There are good reasons to think that figure is an undercount. The authors admit that their estimates of quantities consumed make the 4% figure too low. What is more, given the entirely understandable reluctance of respondents in many societies to answer pollsters' questions about their illicit drug use, the survey's findings are probably too conservative. For example, only 3.5% of the respondents in a 2003 poll in Cambodia and only 1.1% of the respondents in a 2002 poll in Mexico said they used cannabis. Something about those numbers smells funny.

Still, 4% of humanity is 162 million people.
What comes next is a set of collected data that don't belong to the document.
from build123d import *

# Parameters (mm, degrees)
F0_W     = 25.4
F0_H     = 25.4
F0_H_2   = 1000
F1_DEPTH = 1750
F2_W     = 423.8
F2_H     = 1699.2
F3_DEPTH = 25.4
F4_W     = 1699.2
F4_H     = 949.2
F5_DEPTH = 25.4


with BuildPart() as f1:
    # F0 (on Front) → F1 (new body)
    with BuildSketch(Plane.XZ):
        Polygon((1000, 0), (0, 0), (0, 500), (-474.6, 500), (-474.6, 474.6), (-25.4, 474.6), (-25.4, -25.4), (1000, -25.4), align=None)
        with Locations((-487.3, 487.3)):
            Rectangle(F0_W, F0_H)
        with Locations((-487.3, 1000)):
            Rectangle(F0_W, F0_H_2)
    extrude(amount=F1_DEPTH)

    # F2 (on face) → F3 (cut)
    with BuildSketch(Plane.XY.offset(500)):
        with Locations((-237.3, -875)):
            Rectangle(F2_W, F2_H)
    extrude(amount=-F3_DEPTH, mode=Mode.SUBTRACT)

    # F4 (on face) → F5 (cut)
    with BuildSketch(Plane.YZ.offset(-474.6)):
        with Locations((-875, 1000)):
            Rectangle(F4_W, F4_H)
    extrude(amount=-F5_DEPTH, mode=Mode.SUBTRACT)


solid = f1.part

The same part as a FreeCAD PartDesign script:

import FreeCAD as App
import Part
import Sketcher

doc = App.newDocument("Part")
params = doc.addObject("Spreadsheet::Sheet", "Params")
for row, (alias, value) in enumerate([
    ("sketch1_width", "1000 mm"),
    ("sketch1_height", "500 mm"),
    ("sketch1_width2", "474.6 mm"),
    ("sketch1_width3", "25.4 mm"),
    ("pad1_length", "1750 mm"),
    ("sketch2_width", "423.8 mm"),
    ("sketch2_height", "1699.2 mm"),
    ("pocket1_length", "25.4 mm"),
    ("sketch3_width", "1699.2 mm"),
    ("sketch3_height", "949.2 mm"),
    ("pocket2_length", "25.4 mm"),
], start=1):
    params.set(f"A{row}", alias)
    params.set(f"B{row}", "=" + value)
    params.setAlias(f"B{row}", alias)

body = doc.addObject("PartDesign::Body", "Body")

sketch1 = body.newObject("Sketcher::SketchObject", "Sketch")
sketch1.AttachmentSupport = (doc.getObject("XZ_Plane"), [""])
sketch1.MapMode = "FlatFace"
sketch1.addGeometry([
    Part.LineSegment(App.Vector(1000, 0, 0), App.Vector(0, 0, 0)),
    Part.LineSegment(App.Vector(0, 0, 0), App.Vector(0, 500, 0)),
    Part.LineSegment(App.Vector(0, 500, 0), App.Vector(-475, 500, 0)),
    Part.LineSegment(App.Vector(-475, 500, 0), App.Vector(-475, 1500, 0)),
    Part.LineSegment(App.Vector(-475, 1500, 0), App.Vector(-500, 1500, 0)),
    Part.LineSegment(App.Vector(-500, 1500, 0), App.Vector(-500, 475, 0)),
    Part.LineSegment(App.Vector(-500, 475, 0), App.Vector(-25, 475, 0)),
    Part.LineSegment(App.Vector(-25, 475, 0), App.Vector(-25, -25, 0)),
    Part.LineSegment(App.Vector(-25, -25, 0), App.Vector(1000, -25, 0)),
    Part.LineSegment(App.Vector(1000, -25, 0), App.Vector(1000, 0, 0)),
], False)
sketch1.addConstraint([
    Sketcher.Constraint("Coincident", 0, 2, 1, 1),
    Sketcher.Constraint("Coincident", 1, 2, 2, 1),
    Sketcher.Constraint("Coincident", 2, 2, 3, 1),
    Sketcher.Constraint("Coincident", 3, 2, 4, 1),
    Sketcher.Constraint("Coincident", 4, 2, 5, 1),
    Sketcher.Constraint("Coincident", 5, 2, 6, 1),
    Sketcher.Constraint("Coincident", 6, 2, 7, 1),
    Sketcher.Constraint("Coincident", 7, 2, 8, 1),
    Sketcher.Constraint("Coincident", 8, 2, 9, 1),
    Sketcher.Constraint("Coincident", 9, 2, 0, 1),
    Sketcher.Constraint("Horizontal", 0),
    Sketcher.Constraint("Vertical", 1),
    Sketcher.Constraint("Horizontal", 2),
    Sketcher.Constraint("Vertical", 3),
    Sketcher.Constraint("Horizontal", 4),
    Sketcher.Constraint("Vertical", 5),
    Sketcher.Constraint("Horizontal", 6),
    Sketcher.Constraint("Vertical", 7),
    Sketcher.Constraint("Horizontal", 8),
    Sketcher.Constraint("Vertical", 9),
    Sketcher.Constraint("Coincident", 0, 2, -1, 1),
    Sketcher.Constraint("Equal", 2, 6),
    Sketcher.Constraint("Equal", 0, 3),
    Sketcher.Constraint("Equal", 8, 5),
    Sketcher.Constraint("Equal", 1, 7),
    Sketcher.Constraint("DistanceX", 0, 2, 0, 1, 1000.0),
    Sketcher.Constraint("DistanceY", 1, 1, 1, 2, 500.0),
    Sketcher.Constraint("DistanceX", 2, 2, 2, 1, 474.6),
    Sketcher.Constraint("DistanceX", 4, 2, 4, 1, 25.4),
])
sketch1.setExpression("Constraints[25]", "Params.sketch1_width")
sketch1.setExpression("Constraints[26]", "Params.sketch1_height")
sketch1.setExpression("Constraints[27]", "Params.sketch1_width2")
sketch1.setExpression("Constraints[28]", "Params.sketch1_width3")
pad1 = body.newObject("PartDesign::Pad", "Pad")
pad1.Profile = sketch1
pad1.setExpression("Length", "Params.pad1_length")

sketch2 = body.newObject("Sketcher::SketchObject", "Sketch001")
sketch2.AttachmentSupport = (doc.getObject("XY_Plane"), [""])
sketch2.MapMode = "FlatFace"
sketch2.AttachmentOffset = App.Placement(App.Vector(0, 0, 500), App.Rotation())
sketch2.addGeometry([
    Part.LineSegment(App.Vector(-449, -25, 0), App.Vector(-449, -1725, 0)),
    Part.LineSegment(App.Vector(-449, -1725, 0), App.Vector(-25, -1725, 0)),
    Part.LineSegment(App.Vector(-25, -1725, 0), App.Vector(-25, -25, 0)),
    Part.LineSegment(App.Vector(-25, -25, 0), App.Vector(-449, -25, 0)),
], False)
sketch2.addConstraint([
    Sketcher.Constraint("Coincident", 0, 2, 1, 1),
    Sketcher.Constraint("Coincident", 1, 2, 2, 1),
    Sketcher.Constraint("Coincident", 2, 2, 3, 1),
    Sketcher.Constraint("Coincident", 3, 2, 0, 1),
    Sketcher.Constraint("Vertical", 0),
    Sketcher.Constraint("Horizontal", 1),
    Sketcher.Constraint("Vertical", 2),
    Sketcher.Constraint("Horizontal", 3),
    Sketcher.Constraint("DistanceX", 1, 1, 1, 2, 423.8),
    Sketcher.Constraint("DistanceY", 0, 2, 0, 1, 1699.2),
    Sketcher.Constraint("DistanceX", 0, 2, -1, 1, 449.2),
    Sketcher.Constraint("DistanceY", 0, 2, -1, 1, 1724.6),
])
sketch2.setExpression("Constraints[8]", "Params.sketch2_width")
sketch2.setExpression("Constraints[9]", "Params.sketch2_height")
pocket1 = body.newObject("PartDesign::Pocket", "Pocket")
pocket1.Profile = sketch2
pocket1.setExpression("Length", "Params.pocket1_length")

sketch3 = body.newObject("Sketcher::SketchObject", "Sketch002")
sketch3.AttachmentSupport = (doc.getObject("YZ_Plane"), [""])
sketch3.MapMode = "FlatFace"
sketch3.AttachmentOffset = App.Placement(App.Vector(0, 0, -474.6), App.Rotation())
sketch3.addGeometry([
    Part.LineSegment(App.Vector(-1725, 1475, 0), App.Vector(-1725, 525, 0)),
    Part.LineSegment(App.Vector(-1725, 525, 0), App.Vector(-25, 525, 0)),
    Part.LineSegment(App.Vector(-25, 525, 0), App.Vector(-25, 1475, 0)),
    Part.LineSegment(App.Vector(-25, 1475, 0), App.Vector(-1725, 1475, 0)),
], False)
sketch3.addConstraint([
    Sketcher.Constraint("Coincident", 0, 2, 1, 1),
    Sketcher.Constraint("Coincident", 1, 2, 2, 1),
    Sketcher.Constraint("Coincident", 2, 2, 3, 1),
    Sketcher.Constraint("Coincident", 3, 2, 0, 1),
    Sketcher.Constraint("Vertical", 0),
    Sketcher.Constraint("Horizontal", 1),
    Sketcher.Constraint("Vertical", 2),
    Sketcher.Constraint("Horizontal", 3),
    Sketcher.Constraint("DistanceX", 1, 1, 1, 2, 1699.2),
    Sketcher.Constraint("DistanceY", 0, 2, 0, 1, 949.2),
    Sketcher.Constraint("DistanceX", 0, 2, -1, 1, 1724.6),
    Sketcher.Constraint("DistanceY", -1, 1, 0, 2, 525.4),
])
sketch3.setExpression("Constraints[8]", "Params.sketch3_width")
sketch3.setExpression("Constraints[9]", "Params.sketch3_height")
pocket2 = body.newObject("PartDesign::Pocket", "Pocket001")
pocket2.Profile = sketch3
pocket2.setExpression("Length", "Params.pocket2_length")

doc.recompute()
To see that in perspective, note that if cannabis users comprised a single nation, it would have the sixth largest national population on the planet.

The highest rates of cannabis use are reported in Oceania. Papua New Guinea tops the list of countries with 29.5% of the population using cannabis, followed closely by Micronesia with 29.1%. The lowest rates are reported in East Asia. Only 0.1% of the Japanese and 0.5% of Taiwanese reportedly indulge.

After Oceania, the next highest rates were reported in North America, followed by West Africa and the Caribbean. Interestingly, the percentage range for the Anglo-Saxon countries is narrow. Canadians and Britons admit to using cannabis at rates of 16.8% and 10.8% respectively, with Australians, New Zealanders and Americans falling in between.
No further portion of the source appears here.